▶ Work instructions
The listing below holds a line with "e12 v11 v9 CIRCLE(AX(P(-50,6.35,12.5),D(0,1,0),D(0,0,1)),50)" and a line with "v14 (-70,6.35,-21)". Reproduce those two lines exactly, plus everything between them.

▶ Material provided
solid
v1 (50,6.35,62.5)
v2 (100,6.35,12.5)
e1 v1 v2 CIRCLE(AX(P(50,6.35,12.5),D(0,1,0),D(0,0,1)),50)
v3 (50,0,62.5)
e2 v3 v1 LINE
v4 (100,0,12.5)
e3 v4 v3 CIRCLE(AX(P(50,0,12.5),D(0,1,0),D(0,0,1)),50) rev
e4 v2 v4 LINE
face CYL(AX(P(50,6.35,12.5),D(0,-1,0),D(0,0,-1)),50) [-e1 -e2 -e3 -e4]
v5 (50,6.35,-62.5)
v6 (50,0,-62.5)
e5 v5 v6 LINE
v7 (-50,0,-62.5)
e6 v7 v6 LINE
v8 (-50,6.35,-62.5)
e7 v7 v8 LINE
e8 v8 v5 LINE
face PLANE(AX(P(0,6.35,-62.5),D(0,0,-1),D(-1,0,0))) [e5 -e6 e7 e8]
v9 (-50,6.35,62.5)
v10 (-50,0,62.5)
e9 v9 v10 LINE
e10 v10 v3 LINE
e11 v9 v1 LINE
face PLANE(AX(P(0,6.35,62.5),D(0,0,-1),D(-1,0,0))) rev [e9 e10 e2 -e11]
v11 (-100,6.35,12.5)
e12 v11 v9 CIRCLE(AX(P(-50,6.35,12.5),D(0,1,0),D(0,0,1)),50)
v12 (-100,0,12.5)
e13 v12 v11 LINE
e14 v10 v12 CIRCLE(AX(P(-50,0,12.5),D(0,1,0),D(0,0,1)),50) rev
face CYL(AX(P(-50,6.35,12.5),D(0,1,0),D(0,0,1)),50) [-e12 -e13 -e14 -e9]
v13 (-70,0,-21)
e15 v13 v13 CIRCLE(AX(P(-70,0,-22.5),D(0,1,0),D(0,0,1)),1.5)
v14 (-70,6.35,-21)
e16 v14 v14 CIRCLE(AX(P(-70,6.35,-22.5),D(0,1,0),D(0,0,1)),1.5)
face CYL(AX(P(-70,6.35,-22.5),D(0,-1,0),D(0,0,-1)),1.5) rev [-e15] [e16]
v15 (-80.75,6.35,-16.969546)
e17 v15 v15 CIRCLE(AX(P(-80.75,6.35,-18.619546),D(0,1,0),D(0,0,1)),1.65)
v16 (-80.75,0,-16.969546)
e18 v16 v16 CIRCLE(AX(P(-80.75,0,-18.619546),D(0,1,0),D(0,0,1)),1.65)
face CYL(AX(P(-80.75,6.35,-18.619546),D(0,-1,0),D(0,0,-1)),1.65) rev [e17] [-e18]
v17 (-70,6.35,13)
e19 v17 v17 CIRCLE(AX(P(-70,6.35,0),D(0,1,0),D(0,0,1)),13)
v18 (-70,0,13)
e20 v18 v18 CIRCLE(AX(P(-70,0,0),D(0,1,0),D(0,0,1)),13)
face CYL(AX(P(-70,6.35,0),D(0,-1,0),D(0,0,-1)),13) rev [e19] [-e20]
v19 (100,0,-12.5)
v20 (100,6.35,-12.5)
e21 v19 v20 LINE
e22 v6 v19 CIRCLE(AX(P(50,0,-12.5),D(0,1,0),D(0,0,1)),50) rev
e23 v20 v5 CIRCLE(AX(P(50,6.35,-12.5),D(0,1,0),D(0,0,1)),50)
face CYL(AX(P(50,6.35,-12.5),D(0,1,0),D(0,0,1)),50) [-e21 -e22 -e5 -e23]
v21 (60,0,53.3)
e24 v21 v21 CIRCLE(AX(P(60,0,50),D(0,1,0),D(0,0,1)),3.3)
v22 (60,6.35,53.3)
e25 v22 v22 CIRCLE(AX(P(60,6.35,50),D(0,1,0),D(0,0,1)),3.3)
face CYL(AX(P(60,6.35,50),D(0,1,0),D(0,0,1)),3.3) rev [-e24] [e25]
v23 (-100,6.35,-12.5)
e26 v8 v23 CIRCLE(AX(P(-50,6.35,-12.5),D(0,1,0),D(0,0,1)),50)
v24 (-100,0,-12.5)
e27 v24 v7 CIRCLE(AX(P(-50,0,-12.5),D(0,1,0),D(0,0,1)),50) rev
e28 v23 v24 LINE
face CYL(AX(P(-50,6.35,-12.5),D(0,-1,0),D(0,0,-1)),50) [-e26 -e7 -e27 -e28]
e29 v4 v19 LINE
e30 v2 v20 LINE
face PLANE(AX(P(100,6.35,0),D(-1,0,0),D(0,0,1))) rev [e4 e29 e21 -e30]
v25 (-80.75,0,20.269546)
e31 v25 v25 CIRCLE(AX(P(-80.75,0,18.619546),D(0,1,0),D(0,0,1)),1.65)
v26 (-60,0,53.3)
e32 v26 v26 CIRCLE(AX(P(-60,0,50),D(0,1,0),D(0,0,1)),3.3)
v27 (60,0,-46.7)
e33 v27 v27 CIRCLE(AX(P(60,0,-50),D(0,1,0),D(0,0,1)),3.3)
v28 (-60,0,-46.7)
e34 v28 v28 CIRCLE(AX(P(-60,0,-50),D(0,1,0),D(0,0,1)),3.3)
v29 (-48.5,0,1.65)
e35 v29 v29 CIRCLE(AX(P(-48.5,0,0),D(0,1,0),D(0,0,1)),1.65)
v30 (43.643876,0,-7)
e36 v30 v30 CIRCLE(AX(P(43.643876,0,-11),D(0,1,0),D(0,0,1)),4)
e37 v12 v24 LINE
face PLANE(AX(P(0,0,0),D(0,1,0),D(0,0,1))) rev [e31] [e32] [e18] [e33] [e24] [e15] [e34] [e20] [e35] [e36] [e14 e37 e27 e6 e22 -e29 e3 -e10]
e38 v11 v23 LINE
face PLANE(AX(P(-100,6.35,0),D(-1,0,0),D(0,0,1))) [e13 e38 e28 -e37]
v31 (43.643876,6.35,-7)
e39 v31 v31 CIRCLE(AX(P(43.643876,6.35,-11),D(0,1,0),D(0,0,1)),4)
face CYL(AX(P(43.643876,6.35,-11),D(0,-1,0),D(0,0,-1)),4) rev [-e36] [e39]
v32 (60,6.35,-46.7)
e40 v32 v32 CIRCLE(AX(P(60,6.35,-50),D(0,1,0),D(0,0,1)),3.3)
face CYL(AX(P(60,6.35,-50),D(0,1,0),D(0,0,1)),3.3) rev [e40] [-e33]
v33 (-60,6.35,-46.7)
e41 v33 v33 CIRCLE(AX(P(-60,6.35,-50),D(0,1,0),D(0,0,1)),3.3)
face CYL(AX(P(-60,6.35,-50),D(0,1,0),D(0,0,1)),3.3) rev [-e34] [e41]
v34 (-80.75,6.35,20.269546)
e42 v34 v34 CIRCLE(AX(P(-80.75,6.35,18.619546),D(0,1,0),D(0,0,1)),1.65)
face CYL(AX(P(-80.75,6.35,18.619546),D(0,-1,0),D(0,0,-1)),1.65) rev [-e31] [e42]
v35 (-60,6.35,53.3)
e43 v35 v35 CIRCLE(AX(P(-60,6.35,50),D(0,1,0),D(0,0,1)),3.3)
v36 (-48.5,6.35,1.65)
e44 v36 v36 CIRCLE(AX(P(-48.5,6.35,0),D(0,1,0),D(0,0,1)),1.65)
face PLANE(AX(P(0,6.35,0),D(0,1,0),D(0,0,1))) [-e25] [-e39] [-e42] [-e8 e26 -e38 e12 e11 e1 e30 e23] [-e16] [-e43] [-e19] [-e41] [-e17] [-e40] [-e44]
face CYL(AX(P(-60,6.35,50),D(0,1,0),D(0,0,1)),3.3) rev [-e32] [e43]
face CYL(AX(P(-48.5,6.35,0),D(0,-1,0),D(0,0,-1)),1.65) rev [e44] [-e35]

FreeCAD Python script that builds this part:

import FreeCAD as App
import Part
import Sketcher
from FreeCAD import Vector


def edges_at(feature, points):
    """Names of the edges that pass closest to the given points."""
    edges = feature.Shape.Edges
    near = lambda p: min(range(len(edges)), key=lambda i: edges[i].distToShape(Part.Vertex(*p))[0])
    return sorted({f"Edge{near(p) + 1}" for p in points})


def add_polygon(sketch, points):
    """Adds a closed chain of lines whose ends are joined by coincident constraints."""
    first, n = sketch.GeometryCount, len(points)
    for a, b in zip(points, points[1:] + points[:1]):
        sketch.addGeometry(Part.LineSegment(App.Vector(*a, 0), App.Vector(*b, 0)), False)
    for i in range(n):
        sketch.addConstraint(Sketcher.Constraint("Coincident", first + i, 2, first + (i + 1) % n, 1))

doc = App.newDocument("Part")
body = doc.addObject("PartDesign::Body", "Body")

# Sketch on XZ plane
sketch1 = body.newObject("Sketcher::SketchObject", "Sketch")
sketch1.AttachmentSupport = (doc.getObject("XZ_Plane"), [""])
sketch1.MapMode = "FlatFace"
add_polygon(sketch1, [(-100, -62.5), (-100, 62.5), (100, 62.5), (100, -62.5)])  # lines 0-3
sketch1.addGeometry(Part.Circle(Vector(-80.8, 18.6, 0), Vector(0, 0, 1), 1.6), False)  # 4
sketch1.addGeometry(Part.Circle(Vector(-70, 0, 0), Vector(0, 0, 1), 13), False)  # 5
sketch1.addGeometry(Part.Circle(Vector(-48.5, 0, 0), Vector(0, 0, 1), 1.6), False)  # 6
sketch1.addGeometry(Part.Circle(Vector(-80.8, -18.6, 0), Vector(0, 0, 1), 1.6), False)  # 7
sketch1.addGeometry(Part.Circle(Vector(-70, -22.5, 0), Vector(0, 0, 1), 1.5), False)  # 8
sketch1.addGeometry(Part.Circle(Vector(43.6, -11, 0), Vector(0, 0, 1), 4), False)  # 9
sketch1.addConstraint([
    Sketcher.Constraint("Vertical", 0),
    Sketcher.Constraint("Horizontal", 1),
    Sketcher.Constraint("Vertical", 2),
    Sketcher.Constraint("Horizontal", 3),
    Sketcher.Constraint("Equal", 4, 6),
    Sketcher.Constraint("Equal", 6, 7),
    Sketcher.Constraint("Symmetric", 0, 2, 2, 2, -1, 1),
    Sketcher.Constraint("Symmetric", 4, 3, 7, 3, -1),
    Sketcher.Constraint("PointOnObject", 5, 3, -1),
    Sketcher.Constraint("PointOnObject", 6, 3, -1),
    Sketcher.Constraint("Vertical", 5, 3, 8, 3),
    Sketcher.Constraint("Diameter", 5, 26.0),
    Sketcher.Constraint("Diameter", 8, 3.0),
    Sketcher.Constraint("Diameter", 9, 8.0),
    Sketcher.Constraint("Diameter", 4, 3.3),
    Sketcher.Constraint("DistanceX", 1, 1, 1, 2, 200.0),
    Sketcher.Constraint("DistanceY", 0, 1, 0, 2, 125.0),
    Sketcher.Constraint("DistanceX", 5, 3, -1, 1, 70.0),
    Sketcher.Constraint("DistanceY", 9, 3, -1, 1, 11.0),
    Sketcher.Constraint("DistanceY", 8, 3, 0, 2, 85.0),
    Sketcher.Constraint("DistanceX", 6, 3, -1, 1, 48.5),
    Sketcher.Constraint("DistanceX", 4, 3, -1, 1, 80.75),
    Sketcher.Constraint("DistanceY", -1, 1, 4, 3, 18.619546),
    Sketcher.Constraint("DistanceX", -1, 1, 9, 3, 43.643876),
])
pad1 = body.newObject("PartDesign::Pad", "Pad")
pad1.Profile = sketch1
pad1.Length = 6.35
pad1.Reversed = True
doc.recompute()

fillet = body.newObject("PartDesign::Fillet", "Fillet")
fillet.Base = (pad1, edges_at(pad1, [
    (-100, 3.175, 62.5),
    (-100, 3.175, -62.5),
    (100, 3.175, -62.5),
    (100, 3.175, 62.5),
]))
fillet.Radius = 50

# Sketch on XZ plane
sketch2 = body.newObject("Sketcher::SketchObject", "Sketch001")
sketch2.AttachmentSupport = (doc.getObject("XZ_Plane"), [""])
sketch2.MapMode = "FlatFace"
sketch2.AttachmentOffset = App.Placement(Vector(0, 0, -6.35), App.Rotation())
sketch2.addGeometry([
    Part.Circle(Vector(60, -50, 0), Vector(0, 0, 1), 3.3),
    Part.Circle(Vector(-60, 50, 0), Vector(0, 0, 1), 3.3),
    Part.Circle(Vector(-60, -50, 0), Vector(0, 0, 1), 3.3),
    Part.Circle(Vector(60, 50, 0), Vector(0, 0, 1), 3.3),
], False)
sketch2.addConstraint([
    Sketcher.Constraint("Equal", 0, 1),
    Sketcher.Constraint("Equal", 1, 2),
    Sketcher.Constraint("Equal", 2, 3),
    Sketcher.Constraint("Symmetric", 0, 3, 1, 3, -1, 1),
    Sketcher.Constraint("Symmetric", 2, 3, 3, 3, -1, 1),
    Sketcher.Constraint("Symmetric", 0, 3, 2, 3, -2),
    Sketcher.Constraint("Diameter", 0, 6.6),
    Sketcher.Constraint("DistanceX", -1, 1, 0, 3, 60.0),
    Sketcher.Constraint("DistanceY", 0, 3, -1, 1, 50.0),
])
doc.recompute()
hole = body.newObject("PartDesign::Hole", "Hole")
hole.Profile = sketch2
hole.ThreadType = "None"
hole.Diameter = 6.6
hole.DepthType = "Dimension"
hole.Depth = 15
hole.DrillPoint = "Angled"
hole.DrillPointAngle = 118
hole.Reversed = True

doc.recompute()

▶ Result for this task
e12 v11 v9 CIRCLE(AX(P(-50,6.35,12.5),D(0,1,0),D(0,0,1)),50)
v12 (-100,0,12.5)
e13 v12 v11 LINE
e14 v10 v12 CIRCLE(AX(P(-50,0,12.5),D(0,1,0),D(0,0,1)),50) rev
face CYL(AX(P(-50,6.35,12.5),D(0,1,0),D(0,0,1)),50) [-e12 -e13 -e14 -e9]
v13 (-70,0,-21)
e15 v13 v13 CIRCLE(AX(P(-70,0,-22.5),D(0,1,0),D(0,0,1)),1.5)
v14 (-70,6.35,-21)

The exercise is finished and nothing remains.